There is no doubt that the Internet, as a space that disregards states’ territorial boundaries, raises tough questions about how to handle consumer protection. The fundamental question is, what entity stands as the equivalent of the state to act on behalf of ‘netizens’? The only answer seems to be a multilateral arrangement that can function not only on behalf of the supply side of the market in encouraging trade liberalisation, as for example the World Trade Organisation does; but one that functions on the demand side of the market in ensuring that consumers can exercise their market power and enforce their rights. Without this, e-commerce problems will continue to grow, with many of them remaining unsatisfactorily resolved.

*Louise Sylvan is Chief Executive of the Australian Consumers’ Association and Vice-President of Consumers International.

She represented the global consumer movement in the negotiation of the international OECD Guidelines on Electronic Commerce.

Endnotes

1. At a reverse auction the consumer indicates precisely the product they want to buy and often the price they want to pay. Sellers ‘shop around’ looking for consumers whose product specifications and price they are willing to meet.

2. Consumers International is the global federation of consumer organisations worldwide. The Australian Consumers’ Association (CHOICE) is a founding member. Full details of the study, entitled Consumers@shopping, are at <http://www.consumersinternational.org> .

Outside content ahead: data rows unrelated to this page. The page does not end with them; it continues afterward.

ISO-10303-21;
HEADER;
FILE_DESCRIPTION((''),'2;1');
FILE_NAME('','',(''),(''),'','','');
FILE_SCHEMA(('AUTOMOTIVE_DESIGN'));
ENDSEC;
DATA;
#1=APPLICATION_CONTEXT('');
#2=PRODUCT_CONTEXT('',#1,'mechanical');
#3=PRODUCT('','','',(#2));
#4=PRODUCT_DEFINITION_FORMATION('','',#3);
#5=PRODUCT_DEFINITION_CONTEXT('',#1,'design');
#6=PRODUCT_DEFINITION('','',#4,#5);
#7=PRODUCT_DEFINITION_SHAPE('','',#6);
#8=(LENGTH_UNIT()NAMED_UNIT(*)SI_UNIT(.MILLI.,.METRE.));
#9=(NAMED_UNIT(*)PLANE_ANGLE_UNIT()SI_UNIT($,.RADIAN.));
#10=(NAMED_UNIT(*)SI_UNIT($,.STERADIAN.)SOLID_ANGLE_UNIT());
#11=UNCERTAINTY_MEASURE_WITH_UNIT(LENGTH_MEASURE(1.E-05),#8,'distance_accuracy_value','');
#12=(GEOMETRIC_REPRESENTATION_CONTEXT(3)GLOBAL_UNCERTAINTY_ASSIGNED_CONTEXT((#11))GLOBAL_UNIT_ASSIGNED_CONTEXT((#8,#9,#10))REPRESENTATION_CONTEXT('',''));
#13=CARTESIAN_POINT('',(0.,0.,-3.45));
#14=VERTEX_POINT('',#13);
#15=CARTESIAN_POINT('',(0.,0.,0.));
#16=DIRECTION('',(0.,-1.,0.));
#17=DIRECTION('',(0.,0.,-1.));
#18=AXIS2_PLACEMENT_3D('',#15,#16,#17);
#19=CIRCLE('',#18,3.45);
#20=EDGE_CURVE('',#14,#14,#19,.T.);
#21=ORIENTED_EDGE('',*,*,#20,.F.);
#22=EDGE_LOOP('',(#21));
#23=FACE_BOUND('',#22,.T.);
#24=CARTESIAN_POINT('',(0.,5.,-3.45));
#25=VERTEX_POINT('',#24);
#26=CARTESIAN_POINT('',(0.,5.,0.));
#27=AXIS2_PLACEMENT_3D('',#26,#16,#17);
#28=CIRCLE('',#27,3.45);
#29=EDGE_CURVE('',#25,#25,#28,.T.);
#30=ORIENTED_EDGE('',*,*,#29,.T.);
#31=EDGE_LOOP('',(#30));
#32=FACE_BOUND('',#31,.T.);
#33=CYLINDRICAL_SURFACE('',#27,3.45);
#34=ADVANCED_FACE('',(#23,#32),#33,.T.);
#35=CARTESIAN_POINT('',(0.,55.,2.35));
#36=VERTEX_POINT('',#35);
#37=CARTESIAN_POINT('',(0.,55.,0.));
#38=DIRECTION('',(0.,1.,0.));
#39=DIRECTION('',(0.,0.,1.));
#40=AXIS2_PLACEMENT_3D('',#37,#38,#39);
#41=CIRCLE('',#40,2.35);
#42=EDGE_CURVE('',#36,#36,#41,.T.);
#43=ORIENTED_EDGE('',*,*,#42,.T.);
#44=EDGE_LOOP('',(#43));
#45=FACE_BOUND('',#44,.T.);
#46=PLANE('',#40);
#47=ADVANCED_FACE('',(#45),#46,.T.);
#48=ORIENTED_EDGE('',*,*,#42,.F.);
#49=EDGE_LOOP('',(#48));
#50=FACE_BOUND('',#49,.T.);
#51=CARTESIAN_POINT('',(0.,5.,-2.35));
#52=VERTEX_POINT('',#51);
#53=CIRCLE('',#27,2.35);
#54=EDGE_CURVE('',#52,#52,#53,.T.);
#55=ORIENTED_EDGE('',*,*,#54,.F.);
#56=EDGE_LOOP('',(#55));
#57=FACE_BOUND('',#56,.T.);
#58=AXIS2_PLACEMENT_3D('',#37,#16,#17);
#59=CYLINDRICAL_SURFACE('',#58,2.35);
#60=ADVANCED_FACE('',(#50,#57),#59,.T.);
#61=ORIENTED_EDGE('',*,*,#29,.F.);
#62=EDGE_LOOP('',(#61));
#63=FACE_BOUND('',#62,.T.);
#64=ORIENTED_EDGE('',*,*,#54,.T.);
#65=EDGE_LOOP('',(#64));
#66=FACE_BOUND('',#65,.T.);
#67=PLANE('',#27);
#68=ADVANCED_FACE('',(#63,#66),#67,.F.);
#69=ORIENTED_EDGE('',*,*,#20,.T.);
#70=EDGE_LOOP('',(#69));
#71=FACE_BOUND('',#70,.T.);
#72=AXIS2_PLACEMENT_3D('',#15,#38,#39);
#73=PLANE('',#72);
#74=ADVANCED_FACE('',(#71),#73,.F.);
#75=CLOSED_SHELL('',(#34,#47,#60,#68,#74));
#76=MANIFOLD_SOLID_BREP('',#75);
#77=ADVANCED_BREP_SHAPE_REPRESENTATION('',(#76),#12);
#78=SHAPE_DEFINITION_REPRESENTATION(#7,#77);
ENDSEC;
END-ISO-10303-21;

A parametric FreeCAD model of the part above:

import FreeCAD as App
import Part
import Sketcher
from FreeCAD import Vector

doc = App.newDocument("Part")
params = doc.addObject("Spreadsheet::Sheet", "Params")
for row, (alias, value) in enumerate([
    ("sketch1_diameter", "4.7 mm"),
    ("pad1_length", "55 mm"),
    ("sketch2_diameter", "6.9 mm"),
    ("sketch2_diameter2", "4.7 mm"),
    ("pad2_length", "5 mm"),
], start=1):
    params.set(f"A{row}", alias)
    params.set(f"B{row}", "=" + value)
    params.setAlias(f"B{row}", alias)

body = doc.addObject("PartDesign::Body", "Body")

# Sketch on XZ plane
sketch1 = body.newObject("Sketcher::SketchObject", "Sketch")
sketch1.AttachmentSupport = (doc.getObject("XZ_Plane"), [""])
sketch1.MapMode = "FlatFace"
sketch1.addGeometry(Part.Circle(Vector(0, 0, 0), Vector(0, 0, 1), 2.35), False)
sketch1.addConstraint([
    Sketcher.Constraint("Coincident", 0, 3, -1, 1),
    Sketcher.Constraint("Diameter", 0, 4.7),
])
sketch1.setExpression("Constraints[1]", "Params.sketch1_diameter")
pad1 = body.newObject("PartDesign::Pad", "Pad")
pad1.Profile = sketch1
pad1.setExpression("Length", "Params.pad1_length")
pad1.Reversed = True

# Sketch on XZ plane
sketch2 = body.newObject("Sketcher::SketchObject", "Sketch001")
sketch2.AttachmentSupport = (doc.getObject("XZ_Plane"), [""])
sketch2.MapMode = "FlatFace"
sketch2.addGeometry([
    Part.Circle(Vector(0, 0, 0), Vector(0, 0, 1), 3.45),
    Part.Circle(Vector(0, 0, 0), Vector(0, 0, 1), 2.35),
], False)
sketch2.addConstraint([
    Sketcher.Constraint("Coincident", 0, 3, -1, 1),
    Sketcher.Constraint("Coincident", 1, 3, -1, 1),
    Sketcher.Constraint("Diameter", 0, 6.9),
    Sketcher.Constraint("Diameter", 1, 4.7),
])
sketch2.setExpression("Constraints[2]", "Params.sketch2_diameter")
sketch2.setExpression("Constraints[3]", "Params.sketch2_diameter2")
pad2 = body.newObject("PartDesign::Pad", "Pad001")
pad2.Profile = sketch2
pad2.setExpression("Length", "Params.pad2_length")
pad2.Reversed = True

doc.recompute()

3. Interestingly, just finding sites to buy from was the first problem in the study – too many sites are not real e-commerce sites at all, just poor extensions of a company’s marketing arm. Sometimes it took a long time before successfully finding somebody to buy from – the ordinary consumer might well have given up.

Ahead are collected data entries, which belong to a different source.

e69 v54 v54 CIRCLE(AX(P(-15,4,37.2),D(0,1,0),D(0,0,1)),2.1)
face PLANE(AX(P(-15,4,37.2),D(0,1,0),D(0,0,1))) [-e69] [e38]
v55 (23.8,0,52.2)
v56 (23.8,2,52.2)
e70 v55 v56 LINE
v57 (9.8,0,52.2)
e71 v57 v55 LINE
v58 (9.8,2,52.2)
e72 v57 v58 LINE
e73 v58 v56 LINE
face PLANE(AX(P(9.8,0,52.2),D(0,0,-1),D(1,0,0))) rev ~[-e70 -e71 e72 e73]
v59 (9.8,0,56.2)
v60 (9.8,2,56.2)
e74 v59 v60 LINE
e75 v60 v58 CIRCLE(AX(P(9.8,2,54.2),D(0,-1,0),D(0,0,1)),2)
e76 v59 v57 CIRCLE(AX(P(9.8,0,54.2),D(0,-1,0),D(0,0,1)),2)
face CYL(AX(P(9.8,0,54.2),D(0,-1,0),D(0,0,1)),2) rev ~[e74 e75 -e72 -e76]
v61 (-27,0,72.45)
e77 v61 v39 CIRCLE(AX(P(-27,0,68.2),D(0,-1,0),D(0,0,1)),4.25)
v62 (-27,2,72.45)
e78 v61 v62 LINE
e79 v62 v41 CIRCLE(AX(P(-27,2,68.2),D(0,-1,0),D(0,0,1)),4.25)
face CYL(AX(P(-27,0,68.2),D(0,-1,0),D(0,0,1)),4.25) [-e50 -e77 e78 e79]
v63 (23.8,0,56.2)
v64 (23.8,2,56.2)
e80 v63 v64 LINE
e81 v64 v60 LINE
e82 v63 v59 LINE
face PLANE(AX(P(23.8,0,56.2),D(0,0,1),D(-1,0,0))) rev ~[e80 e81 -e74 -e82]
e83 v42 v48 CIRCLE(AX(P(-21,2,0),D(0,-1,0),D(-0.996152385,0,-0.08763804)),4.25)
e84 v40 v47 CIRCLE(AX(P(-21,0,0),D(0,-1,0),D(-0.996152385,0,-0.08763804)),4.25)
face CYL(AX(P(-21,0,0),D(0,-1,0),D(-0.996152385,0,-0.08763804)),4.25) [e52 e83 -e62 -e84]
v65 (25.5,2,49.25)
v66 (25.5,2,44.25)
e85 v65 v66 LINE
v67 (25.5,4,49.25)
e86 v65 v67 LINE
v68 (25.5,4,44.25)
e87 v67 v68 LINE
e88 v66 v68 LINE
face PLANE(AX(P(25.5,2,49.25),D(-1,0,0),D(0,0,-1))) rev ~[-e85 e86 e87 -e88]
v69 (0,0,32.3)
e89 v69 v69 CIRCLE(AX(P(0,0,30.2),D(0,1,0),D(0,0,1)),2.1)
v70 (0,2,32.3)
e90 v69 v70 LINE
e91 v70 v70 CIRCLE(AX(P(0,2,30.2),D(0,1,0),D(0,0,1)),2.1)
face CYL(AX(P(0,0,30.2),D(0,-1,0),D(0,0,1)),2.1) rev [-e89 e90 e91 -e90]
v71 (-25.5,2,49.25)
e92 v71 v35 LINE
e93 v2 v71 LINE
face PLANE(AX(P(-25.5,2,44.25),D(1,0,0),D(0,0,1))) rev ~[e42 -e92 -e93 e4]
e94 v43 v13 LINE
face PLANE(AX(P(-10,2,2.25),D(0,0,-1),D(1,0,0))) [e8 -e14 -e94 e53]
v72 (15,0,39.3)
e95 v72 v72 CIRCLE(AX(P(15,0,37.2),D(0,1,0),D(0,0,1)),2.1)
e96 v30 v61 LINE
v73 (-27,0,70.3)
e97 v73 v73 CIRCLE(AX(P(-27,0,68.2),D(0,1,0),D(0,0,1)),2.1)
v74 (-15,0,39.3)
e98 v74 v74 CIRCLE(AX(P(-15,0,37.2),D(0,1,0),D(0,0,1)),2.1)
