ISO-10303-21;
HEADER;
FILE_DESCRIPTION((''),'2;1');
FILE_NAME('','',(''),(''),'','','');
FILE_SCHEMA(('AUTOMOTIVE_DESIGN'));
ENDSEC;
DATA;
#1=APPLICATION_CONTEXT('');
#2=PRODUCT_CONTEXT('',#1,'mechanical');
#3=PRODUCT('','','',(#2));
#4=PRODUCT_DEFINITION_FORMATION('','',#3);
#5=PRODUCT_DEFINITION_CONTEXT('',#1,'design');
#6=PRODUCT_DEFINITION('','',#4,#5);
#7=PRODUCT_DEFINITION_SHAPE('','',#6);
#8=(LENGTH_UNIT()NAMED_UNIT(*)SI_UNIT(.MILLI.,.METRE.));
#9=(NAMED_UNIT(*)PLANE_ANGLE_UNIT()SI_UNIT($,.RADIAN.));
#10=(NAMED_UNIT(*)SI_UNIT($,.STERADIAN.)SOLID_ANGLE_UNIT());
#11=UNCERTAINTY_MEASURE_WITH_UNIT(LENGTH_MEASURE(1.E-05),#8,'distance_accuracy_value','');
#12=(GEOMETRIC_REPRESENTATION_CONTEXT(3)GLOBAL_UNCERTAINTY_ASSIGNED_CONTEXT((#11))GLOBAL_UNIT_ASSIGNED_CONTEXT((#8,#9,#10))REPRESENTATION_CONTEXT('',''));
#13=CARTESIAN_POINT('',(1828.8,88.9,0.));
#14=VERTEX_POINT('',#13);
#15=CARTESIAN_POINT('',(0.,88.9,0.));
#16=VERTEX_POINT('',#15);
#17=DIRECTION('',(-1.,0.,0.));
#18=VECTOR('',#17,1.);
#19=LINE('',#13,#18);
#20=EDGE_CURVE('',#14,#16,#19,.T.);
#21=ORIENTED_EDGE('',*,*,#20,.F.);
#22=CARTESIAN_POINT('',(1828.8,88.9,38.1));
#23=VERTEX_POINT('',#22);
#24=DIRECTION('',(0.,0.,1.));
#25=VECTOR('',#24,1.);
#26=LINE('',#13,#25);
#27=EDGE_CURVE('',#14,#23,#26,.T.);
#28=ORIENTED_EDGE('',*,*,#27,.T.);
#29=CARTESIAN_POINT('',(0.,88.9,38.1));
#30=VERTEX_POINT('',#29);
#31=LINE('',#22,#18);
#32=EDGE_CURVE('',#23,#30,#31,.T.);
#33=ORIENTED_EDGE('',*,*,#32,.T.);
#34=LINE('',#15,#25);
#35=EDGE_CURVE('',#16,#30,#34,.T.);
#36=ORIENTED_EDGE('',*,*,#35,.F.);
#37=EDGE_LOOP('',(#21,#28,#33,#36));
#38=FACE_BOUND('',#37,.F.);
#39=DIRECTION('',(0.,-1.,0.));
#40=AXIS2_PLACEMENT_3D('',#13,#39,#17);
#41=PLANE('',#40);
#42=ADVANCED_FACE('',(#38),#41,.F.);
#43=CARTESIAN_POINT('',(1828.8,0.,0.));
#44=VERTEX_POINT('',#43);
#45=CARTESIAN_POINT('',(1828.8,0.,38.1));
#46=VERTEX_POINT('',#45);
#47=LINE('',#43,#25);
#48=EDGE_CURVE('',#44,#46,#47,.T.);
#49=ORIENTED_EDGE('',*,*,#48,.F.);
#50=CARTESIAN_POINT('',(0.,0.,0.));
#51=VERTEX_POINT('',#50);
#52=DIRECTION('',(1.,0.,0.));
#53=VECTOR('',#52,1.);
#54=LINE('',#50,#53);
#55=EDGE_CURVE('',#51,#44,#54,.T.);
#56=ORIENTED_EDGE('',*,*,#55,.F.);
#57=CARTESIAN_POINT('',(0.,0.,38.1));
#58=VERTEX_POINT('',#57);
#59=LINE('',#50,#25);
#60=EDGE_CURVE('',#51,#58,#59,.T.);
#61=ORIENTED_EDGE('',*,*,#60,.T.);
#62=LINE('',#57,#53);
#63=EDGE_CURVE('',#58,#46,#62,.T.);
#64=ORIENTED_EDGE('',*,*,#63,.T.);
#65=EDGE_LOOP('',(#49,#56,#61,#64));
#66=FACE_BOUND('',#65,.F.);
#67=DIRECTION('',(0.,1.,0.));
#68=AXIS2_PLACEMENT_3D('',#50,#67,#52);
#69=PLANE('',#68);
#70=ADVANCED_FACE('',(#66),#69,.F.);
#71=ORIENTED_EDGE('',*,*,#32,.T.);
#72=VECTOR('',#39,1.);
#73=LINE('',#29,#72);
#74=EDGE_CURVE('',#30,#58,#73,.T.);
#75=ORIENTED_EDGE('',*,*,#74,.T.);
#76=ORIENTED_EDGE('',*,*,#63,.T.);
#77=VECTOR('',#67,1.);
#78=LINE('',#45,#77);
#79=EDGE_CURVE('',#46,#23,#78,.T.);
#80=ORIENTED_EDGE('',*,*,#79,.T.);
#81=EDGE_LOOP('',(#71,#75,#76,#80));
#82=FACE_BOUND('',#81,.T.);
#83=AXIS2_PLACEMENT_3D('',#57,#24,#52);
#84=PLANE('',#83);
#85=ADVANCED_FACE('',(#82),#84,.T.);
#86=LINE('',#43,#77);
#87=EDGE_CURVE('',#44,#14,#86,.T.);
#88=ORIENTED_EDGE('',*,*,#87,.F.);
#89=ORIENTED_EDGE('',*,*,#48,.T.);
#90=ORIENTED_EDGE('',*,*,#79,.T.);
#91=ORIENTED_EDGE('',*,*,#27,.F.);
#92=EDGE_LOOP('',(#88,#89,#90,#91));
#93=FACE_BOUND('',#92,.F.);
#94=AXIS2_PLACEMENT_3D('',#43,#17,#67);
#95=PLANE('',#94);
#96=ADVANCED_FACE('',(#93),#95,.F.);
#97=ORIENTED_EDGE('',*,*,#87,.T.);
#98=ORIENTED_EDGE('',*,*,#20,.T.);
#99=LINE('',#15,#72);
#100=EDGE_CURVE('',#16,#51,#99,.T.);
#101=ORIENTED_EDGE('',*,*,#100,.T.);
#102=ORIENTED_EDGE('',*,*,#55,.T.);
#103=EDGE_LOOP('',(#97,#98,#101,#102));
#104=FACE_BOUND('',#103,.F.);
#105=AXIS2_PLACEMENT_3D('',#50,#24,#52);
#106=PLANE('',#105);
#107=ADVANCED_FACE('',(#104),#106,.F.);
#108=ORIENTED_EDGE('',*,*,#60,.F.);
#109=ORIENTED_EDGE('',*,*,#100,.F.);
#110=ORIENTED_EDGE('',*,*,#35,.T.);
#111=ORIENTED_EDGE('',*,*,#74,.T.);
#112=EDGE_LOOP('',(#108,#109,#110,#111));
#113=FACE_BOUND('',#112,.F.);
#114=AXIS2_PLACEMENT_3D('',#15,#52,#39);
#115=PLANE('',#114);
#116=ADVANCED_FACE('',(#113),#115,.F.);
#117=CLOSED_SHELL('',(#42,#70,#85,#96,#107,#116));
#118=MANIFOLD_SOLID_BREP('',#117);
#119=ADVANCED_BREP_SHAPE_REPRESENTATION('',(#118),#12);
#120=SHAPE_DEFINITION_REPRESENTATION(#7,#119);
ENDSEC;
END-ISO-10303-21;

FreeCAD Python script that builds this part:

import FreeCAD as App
import Part
import Sketcher

V = App.Vector
Q = App.Units.Quantity


def add_polygon(sketch, points):
    """Adds a closed chain of lines whose ends are joined by coincident constraints."""
    first, n = sketch.GeometryCount, len(points)
    for a, b in zip(points, points[1:] + points[:1]):
        sketch.addGeometry(Part.LineSegment(App.Vector(*a, 0), App.Vector(*b, 0)), False)
    for i in range(n):
        sketch.addConstraint(Sketcher.Constraint("Coincident", first + i, 2, first + (i + 1) % n, 1))

doc = App.newDocument("Part")
body = doc.addObject("PartDesign::Body", "Body")

# Sketch on XY plane
sketch1 = doc.addObject("Sketcher::SketchObject", "Sketch")
body.addObject(sketch1)
sketch1.AttachmentSupport = (doc.XY_Plane, [""])
sketch1.MapMode = "FlatFace"
add_polygon(sketch1, [(0, 89), (0, 0), (1829, 0), (1829, 89)])  # lines 0-3
sketch1.addConstraint([
    Sketcher.Constraint("Vertical", 0),
    Sketcher.Constraint("Horizontal", 1),
    Sketcher.Constraint("Vertical", 2),
    Sketcher.Constraint("Horizontal", 3),
    Sketcher.Constraint("Coincident", 0, 2, -1, 1),
    Sketcher.Constraint("DistanceX", 1, 1, 1, 2, Q("72 in")),
    Sketcher.Constraint("DistanceY", 0, 2, 0, 1, Q("3.5 in")),
])
pad1 = doc.addObject("PartDesign::Pad", "Pad")
body.addObject(pad1)
pad1.Profile = sketch1
pad1.Length = Q("1.5 in")

doc.recompute()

4. There are some minor differences between the Australian states in terms of the Fair Trading Acts, which mirror Part V of the Trade Practices Act. It is also necessary for the states to ensure that a consumer in Perth, for example, can pursue redress even if they bought a product from a web-site based in Melbourne. The Ministerial Council on Consumer Affairs is currently addressing this matter. There is another critical issue concerning risk allocation under the law specifically in regard to electronic authentication. There are proposals, for example, which would shift the risk (in other words who bears the cost) of a forged digital signature completely to the consumer or small business enterprise. For more details on this issue see: in Australia, the web site of the federal Attorney General, <http://www.law.gov.au/ecommerce/> and in the US, <http://www.badsoftware.com> .

5. The OECD guidelines can be found at <http://www.oecd.org> .

6. A jurisdiction of convenience could be exemplified by a company establishing itself legally in a country that has no consumer protection laws. Consumers shopping with such a company would have no rights they could attempt to enforce in the event of receiving a defective good, for example. While it may seem unlikely that jurisdictions of convenience would be used just to avoid consumer protection law, such practices already exist in the shipping industry, for example, to limit legal liabilities. Already, a number of web companies have successfully lobbied to limit taxation on web-sites on the basis that they can easily move themselves to an alternative jurisdiction to avoid such taxation. Should this practice become commonplace, a side effect may be a significant increase in e-commerce based in jurisdictions without appropriate consumer protection law.